* ABOUT THIS EXERCISE *
Report back every line from the entries below in which the word "SUBTRACT" occurs.

Start of MATERIALS PROVIDED

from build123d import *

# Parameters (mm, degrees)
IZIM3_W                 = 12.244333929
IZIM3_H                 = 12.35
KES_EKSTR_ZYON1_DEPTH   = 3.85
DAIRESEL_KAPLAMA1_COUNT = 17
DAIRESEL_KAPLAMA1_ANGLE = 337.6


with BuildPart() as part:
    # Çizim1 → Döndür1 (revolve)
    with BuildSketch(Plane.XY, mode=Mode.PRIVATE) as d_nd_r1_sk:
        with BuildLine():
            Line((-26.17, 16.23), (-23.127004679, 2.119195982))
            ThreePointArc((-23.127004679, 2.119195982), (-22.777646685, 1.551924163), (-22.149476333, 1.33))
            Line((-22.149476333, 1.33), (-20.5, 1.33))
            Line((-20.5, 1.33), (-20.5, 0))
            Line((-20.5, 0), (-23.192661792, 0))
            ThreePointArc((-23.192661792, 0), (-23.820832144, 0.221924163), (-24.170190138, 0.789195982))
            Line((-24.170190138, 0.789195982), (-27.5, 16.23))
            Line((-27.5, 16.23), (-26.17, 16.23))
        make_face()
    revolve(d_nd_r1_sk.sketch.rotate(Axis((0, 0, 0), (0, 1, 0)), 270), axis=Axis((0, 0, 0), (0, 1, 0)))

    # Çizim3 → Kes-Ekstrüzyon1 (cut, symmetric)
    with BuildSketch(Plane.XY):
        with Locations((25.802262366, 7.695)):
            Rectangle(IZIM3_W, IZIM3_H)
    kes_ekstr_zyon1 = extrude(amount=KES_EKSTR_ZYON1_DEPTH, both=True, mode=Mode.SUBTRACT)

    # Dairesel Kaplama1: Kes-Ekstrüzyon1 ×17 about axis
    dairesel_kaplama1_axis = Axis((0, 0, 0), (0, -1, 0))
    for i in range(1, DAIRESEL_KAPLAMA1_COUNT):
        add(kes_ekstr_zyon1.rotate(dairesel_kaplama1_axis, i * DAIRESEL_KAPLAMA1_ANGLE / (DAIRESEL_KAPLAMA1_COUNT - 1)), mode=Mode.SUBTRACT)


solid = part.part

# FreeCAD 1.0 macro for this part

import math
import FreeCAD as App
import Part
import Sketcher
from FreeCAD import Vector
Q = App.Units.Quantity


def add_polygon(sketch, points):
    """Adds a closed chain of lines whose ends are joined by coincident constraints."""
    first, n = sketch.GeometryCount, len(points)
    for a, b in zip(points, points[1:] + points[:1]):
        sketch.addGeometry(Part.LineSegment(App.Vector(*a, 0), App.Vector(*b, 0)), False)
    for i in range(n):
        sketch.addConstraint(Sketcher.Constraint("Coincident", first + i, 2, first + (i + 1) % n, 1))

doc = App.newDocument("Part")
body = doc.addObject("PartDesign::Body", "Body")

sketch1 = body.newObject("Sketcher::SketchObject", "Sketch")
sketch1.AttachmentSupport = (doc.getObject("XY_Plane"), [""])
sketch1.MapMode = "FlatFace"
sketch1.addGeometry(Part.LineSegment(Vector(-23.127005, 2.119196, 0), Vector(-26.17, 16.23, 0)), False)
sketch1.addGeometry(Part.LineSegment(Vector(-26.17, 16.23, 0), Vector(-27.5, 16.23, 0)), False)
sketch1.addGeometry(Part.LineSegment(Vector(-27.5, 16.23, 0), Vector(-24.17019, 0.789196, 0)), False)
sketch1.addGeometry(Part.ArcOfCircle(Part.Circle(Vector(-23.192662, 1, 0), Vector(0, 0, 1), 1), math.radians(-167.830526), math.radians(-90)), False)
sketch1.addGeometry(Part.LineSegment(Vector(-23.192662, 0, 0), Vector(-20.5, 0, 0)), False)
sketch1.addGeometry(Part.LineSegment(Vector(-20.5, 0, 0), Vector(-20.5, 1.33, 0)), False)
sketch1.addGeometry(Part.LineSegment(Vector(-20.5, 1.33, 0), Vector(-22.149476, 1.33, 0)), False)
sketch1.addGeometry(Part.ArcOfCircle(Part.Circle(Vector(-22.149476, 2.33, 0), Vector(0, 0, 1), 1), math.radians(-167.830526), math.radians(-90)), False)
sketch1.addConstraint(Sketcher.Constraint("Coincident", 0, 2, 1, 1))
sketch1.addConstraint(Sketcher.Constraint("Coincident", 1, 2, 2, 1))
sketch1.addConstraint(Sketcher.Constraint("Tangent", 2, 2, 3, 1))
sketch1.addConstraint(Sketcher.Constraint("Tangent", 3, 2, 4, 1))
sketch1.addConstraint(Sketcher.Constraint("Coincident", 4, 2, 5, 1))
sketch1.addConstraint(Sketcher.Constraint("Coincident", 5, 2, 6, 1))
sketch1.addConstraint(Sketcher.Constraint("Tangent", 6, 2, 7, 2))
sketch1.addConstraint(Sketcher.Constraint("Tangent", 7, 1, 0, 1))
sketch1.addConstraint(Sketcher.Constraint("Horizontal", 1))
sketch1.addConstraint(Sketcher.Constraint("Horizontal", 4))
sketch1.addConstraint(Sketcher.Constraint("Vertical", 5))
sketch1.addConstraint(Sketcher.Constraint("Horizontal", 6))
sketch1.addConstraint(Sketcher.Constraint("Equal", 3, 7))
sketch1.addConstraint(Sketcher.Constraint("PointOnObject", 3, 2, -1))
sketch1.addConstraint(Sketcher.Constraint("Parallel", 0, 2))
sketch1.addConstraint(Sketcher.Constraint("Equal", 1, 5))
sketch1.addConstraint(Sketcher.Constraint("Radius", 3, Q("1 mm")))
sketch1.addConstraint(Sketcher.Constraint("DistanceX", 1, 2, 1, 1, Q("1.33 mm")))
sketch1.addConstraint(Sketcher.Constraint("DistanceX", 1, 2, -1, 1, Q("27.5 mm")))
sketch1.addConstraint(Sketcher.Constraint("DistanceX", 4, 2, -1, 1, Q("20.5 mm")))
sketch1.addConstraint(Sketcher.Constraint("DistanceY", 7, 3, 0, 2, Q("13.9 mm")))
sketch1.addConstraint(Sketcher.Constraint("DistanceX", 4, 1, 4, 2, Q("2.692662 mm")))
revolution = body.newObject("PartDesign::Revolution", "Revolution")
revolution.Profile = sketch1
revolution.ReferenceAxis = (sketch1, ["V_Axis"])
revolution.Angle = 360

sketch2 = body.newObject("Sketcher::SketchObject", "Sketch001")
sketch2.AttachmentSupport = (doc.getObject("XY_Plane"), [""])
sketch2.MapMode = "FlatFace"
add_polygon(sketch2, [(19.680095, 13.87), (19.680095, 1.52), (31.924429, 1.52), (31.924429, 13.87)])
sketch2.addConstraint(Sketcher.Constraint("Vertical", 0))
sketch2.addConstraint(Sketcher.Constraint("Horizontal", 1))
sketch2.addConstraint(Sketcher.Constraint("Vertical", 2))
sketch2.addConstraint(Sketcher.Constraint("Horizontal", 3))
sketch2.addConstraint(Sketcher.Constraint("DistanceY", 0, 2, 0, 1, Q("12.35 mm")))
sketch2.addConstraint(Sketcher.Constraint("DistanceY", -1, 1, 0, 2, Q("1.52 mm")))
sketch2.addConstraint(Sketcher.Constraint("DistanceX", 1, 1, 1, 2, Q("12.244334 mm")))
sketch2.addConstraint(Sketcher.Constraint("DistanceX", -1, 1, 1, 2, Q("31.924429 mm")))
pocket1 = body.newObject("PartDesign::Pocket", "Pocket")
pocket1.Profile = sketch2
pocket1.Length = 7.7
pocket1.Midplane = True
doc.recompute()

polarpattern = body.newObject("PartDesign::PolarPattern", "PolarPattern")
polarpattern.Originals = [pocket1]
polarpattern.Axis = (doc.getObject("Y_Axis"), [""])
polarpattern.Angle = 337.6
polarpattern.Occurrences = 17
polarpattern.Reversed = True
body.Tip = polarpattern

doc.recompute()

End of MATERIALS PROVIDED
Start of MATERIALS PROVIDED

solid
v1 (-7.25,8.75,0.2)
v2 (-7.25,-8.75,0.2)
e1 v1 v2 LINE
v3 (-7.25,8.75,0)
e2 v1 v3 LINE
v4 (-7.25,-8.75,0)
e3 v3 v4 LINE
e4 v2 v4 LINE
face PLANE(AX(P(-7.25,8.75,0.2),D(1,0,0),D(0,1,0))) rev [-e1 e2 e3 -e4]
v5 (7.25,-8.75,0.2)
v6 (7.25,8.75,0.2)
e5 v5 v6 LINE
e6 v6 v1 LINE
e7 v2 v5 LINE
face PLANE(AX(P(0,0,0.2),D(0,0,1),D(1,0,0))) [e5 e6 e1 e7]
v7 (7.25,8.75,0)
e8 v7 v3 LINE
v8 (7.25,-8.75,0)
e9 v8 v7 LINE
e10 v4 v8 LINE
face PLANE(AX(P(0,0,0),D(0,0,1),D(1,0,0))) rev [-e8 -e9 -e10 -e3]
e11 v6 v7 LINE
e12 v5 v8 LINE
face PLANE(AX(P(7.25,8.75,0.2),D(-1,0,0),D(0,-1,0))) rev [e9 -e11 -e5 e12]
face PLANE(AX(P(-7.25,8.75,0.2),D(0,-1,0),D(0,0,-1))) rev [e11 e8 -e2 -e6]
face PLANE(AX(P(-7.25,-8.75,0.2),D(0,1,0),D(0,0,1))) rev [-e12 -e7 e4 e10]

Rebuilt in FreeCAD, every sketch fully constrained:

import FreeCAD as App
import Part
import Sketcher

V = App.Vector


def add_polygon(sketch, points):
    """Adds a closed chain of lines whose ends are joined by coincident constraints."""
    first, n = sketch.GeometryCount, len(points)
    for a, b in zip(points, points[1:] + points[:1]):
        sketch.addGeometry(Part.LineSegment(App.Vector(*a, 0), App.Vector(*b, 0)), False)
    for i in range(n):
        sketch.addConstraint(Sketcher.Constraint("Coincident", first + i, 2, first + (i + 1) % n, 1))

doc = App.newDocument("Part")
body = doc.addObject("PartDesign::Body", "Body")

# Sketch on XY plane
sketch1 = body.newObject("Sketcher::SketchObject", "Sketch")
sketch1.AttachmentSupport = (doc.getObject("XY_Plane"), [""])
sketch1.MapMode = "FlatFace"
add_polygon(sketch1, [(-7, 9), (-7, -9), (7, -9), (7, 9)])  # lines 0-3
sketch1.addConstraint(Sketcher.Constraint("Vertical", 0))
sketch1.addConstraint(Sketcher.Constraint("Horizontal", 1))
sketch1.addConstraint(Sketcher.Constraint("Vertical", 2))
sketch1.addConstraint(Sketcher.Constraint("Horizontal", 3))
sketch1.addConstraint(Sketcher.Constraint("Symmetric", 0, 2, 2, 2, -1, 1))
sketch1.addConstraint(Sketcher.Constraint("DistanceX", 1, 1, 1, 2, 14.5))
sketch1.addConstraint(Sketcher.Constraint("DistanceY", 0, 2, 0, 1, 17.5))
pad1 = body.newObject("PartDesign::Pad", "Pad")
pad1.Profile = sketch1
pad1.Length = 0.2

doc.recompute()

End of MATERIALS PROVIDED

* EXERCISE ANSWER *
    kes_ekstr_zyon1 = extrude(amount=KES_EKSTR_ZYON1_DEPTH, both=True, mode=Mode.SUBTRACT)
        add(kes_ekstr_zyon1.rotate(dairesel_kaplama1_axis, i * DAIRESEL_KAPLAMA1_ANGLE / (DAIRESEL_KAPLAMA1_COUNT - 1)), mode=Mode.SUBTRACT)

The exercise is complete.